There is no single diagnostic test to determine whether a patient has Sjögren Syndrome. Doctors specialising in the disease evaluate a combination of factors including signs and symptoms, a detailed medical history, a physical exam, certain diagnostic tests, and laboratory tests.
In many cases, patients are visited individually by organ specialists (ophthalmologists, dentists, otolaryngologists, or gynaecologists) due to multiple dryness problems; the main specialists, doctors in internal medicine, primary care physicians, and rheumatologists have a comprehensive view of the patient and can make an accurate diagnosis.
Doctors with knowledge of autoimmune diseases, in relation to primary care professionals, are the specialists who diagnose and monitor patients with this syndrome. Other medical professionals are also involved in the diagnosis, as well as the follow-up and treatment of the specific organ affected by the disease.
Tests for diagnosing Sjögren Syndrome
The tests required to diagnose Sjögren Syndrome are:
Medical history. This is taken by a specialist in systemic autoimmune diseases and includes the history of symptoms, oral and ocular changes, fatigue, anxiety, muscle and joint pain, duration of symptoms, medication, and so on.
Complete physical exam. This includes examinations of the eyes, mouth, lymph nodes, salivary glands, and other organs.
Complete immunological exam. This evaluates the need for disease-specific tests.

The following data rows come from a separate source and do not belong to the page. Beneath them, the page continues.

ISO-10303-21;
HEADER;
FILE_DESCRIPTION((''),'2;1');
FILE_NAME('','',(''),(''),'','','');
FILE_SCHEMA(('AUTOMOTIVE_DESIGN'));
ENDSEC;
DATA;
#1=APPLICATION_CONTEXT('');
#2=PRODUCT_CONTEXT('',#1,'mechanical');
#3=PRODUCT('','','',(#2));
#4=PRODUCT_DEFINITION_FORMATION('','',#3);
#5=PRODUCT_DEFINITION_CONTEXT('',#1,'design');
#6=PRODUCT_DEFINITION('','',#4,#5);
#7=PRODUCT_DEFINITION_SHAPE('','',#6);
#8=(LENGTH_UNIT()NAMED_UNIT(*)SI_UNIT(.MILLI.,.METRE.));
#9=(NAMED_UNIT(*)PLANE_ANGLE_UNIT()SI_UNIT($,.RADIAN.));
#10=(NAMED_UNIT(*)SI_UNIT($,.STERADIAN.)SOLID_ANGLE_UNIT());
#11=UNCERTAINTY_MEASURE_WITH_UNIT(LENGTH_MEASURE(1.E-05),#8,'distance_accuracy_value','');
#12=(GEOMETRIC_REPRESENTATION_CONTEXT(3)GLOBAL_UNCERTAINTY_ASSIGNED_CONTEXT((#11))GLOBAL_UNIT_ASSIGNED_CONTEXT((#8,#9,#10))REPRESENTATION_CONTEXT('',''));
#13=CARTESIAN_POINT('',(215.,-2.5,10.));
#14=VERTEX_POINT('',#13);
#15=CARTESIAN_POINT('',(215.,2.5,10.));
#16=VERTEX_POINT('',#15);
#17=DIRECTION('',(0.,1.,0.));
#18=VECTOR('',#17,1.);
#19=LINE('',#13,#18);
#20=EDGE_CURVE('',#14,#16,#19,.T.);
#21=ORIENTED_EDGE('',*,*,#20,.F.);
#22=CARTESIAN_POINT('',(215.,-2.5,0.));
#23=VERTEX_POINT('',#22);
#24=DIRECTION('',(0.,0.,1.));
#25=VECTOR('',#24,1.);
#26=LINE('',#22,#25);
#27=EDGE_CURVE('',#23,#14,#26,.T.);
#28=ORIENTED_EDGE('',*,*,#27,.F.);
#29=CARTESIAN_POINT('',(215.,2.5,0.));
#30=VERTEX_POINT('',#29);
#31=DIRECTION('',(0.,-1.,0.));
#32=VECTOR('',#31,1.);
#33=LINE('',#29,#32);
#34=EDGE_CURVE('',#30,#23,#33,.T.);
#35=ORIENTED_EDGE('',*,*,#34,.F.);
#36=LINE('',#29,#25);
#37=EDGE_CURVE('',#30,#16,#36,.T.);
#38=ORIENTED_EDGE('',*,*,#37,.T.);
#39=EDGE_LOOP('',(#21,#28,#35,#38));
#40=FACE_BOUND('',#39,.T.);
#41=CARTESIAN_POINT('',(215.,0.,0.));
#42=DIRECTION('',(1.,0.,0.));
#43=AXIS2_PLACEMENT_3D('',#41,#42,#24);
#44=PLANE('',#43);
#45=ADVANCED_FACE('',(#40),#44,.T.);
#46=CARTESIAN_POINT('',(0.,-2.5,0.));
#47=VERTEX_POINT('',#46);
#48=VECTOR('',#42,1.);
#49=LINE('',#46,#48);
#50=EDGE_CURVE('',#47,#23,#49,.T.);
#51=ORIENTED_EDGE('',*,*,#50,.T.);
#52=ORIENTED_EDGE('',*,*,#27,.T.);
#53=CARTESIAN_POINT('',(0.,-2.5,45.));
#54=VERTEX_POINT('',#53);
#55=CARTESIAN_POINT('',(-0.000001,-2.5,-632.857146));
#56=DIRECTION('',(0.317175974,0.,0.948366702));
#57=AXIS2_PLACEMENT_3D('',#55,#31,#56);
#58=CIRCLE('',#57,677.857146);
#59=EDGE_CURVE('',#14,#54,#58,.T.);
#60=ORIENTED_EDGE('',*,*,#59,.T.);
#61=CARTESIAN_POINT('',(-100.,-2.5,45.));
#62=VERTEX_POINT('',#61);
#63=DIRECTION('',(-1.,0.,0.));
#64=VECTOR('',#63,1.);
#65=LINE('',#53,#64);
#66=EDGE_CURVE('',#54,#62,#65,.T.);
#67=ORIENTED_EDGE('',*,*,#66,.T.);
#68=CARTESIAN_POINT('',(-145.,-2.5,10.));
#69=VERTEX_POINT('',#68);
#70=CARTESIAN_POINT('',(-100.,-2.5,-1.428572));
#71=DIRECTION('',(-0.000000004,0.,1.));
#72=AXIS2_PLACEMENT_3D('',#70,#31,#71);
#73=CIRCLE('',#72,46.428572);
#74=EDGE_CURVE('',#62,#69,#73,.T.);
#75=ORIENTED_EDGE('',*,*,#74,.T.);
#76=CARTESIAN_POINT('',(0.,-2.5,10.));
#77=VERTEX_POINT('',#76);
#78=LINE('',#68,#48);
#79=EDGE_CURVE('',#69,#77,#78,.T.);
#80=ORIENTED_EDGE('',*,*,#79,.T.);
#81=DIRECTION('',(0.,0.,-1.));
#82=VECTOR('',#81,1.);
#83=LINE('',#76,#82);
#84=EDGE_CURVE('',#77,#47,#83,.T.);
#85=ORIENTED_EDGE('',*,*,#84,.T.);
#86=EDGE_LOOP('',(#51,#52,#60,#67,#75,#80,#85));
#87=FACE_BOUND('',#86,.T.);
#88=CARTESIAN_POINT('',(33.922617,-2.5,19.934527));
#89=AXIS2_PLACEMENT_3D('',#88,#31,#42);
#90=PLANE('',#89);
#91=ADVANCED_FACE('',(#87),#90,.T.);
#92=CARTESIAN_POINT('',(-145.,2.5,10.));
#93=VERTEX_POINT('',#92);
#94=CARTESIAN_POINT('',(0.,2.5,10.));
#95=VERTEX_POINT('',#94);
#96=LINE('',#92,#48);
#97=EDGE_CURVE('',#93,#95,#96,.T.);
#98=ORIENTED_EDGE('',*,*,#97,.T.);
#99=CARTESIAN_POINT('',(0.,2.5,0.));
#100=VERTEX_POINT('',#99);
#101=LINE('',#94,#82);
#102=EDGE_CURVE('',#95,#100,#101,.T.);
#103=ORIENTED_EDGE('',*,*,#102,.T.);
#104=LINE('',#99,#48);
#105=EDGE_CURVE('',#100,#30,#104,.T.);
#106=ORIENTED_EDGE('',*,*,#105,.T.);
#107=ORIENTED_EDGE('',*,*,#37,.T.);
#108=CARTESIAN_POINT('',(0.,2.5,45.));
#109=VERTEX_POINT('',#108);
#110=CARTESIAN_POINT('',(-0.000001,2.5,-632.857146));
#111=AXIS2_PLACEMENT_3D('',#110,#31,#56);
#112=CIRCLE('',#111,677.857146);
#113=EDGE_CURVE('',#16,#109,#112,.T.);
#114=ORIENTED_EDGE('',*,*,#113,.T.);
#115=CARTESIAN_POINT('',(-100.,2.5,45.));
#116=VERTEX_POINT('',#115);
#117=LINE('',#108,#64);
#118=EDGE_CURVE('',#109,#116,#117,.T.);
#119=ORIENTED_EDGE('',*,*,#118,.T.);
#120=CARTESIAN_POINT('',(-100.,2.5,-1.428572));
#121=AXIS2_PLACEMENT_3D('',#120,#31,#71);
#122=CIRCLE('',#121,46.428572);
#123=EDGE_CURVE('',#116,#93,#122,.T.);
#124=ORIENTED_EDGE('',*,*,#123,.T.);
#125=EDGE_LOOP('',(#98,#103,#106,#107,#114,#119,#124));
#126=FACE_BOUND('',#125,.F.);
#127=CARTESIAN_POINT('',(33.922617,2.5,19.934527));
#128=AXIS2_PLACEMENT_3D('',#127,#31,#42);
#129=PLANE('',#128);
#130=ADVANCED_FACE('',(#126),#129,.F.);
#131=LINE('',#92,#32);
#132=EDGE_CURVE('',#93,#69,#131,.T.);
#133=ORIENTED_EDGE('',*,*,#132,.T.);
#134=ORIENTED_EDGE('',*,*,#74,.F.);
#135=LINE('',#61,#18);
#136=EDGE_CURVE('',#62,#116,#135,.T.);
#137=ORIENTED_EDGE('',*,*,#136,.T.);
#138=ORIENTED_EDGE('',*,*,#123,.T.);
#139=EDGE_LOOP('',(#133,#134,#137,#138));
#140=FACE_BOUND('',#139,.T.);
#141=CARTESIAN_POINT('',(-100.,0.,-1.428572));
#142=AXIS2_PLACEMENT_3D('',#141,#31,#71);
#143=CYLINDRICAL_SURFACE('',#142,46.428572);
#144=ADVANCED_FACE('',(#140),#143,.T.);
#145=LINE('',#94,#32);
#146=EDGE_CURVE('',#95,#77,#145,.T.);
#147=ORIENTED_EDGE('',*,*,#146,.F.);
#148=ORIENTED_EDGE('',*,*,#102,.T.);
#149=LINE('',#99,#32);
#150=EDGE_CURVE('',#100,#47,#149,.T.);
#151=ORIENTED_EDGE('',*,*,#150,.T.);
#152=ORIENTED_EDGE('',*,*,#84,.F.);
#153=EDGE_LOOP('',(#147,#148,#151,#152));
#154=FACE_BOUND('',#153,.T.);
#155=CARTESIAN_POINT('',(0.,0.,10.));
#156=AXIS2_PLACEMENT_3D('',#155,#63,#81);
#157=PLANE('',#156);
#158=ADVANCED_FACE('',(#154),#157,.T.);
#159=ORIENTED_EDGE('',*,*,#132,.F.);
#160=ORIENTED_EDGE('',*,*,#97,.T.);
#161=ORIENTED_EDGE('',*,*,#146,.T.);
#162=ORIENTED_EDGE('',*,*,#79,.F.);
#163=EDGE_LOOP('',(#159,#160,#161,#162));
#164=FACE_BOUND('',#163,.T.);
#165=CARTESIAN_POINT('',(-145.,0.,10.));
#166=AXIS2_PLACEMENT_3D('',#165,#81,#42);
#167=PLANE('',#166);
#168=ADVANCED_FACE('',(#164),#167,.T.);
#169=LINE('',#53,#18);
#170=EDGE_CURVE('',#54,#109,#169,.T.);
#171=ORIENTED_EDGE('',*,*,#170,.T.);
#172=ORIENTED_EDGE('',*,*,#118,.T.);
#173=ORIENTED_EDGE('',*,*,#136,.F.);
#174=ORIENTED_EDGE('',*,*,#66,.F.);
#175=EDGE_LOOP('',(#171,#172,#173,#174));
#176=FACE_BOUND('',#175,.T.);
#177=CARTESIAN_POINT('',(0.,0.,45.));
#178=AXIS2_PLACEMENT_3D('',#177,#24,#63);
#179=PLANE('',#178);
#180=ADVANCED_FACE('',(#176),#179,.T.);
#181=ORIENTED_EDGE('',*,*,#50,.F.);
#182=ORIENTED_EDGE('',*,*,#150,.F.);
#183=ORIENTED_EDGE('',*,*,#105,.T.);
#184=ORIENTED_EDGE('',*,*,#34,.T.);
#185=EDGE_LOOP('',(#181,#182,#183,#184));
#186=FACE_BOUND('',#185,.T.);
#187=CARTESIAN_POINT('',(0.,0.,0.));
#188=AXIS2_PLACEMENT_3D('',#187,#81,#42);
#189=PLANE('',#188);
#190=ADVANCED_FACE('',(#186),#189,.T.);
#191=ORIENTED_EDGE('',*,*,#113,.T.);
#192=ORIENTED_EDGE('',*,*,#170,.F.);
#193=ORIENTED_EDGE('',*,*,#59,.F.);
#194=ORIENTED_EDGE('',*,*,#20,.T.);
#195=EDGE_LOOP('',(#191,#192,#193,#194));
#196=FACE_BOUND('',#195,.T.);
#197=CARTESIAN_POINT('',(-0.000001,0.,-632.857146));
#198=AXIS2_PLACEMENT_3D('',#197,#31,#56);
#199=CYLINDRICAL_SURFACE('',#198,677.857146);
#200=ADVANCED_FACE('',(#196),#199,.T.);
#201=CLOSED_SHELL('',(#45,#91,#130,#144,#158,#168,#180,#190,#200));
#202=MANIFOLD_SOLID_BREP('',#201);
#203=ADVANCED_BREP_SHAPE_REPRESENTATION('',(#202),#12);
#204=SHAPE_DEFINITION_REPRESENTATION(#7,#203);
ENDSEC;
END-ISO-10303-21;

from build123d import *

# Parameters (mm, degrees)
F1_DEPTH = 2.5


with BuildPart() as f1:
    # F0 (on Front) → F1 (new body, symmetric)
    with BuildSketch(Plane.XZ):
        with BuildLine():
            ThreePointArc((-100, 45), (-128.504386, 35.219924), (-145, 10))
            Line((-145, 10), (0, 10))
            Line((0, 10), (0, 0))
            Line((0, 0), (215, 0))
            Line((215, 0), (215, 10))
            ThreePointArc((215, 10), (108.915105, 36.192785), (0, 45))
            Line((0, 45), (-100, 45))
        make_face()
    extrude(amount=F1_DEPTH, both=True)


solid = f1.part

The main immunological tests are carried out through a blood analysis to determine:
Nuclear Antibodies (ANA). ANAs are a group of antibodies that react against the normal components of the cell nucleus. About 90% of patients with Sjögren Syndrome have a positive ANA test result. However, having these does not confirm the existence of the disease.
Rheumatoid factor (RF). This test usually indicates a rheumatological disease such as rheumatoid arthritis, although it may come back positive in half of Sjögren sufferers; again, it does not confirm the disease, but a positive result increases the likelihood of having Sjögren Syndrome.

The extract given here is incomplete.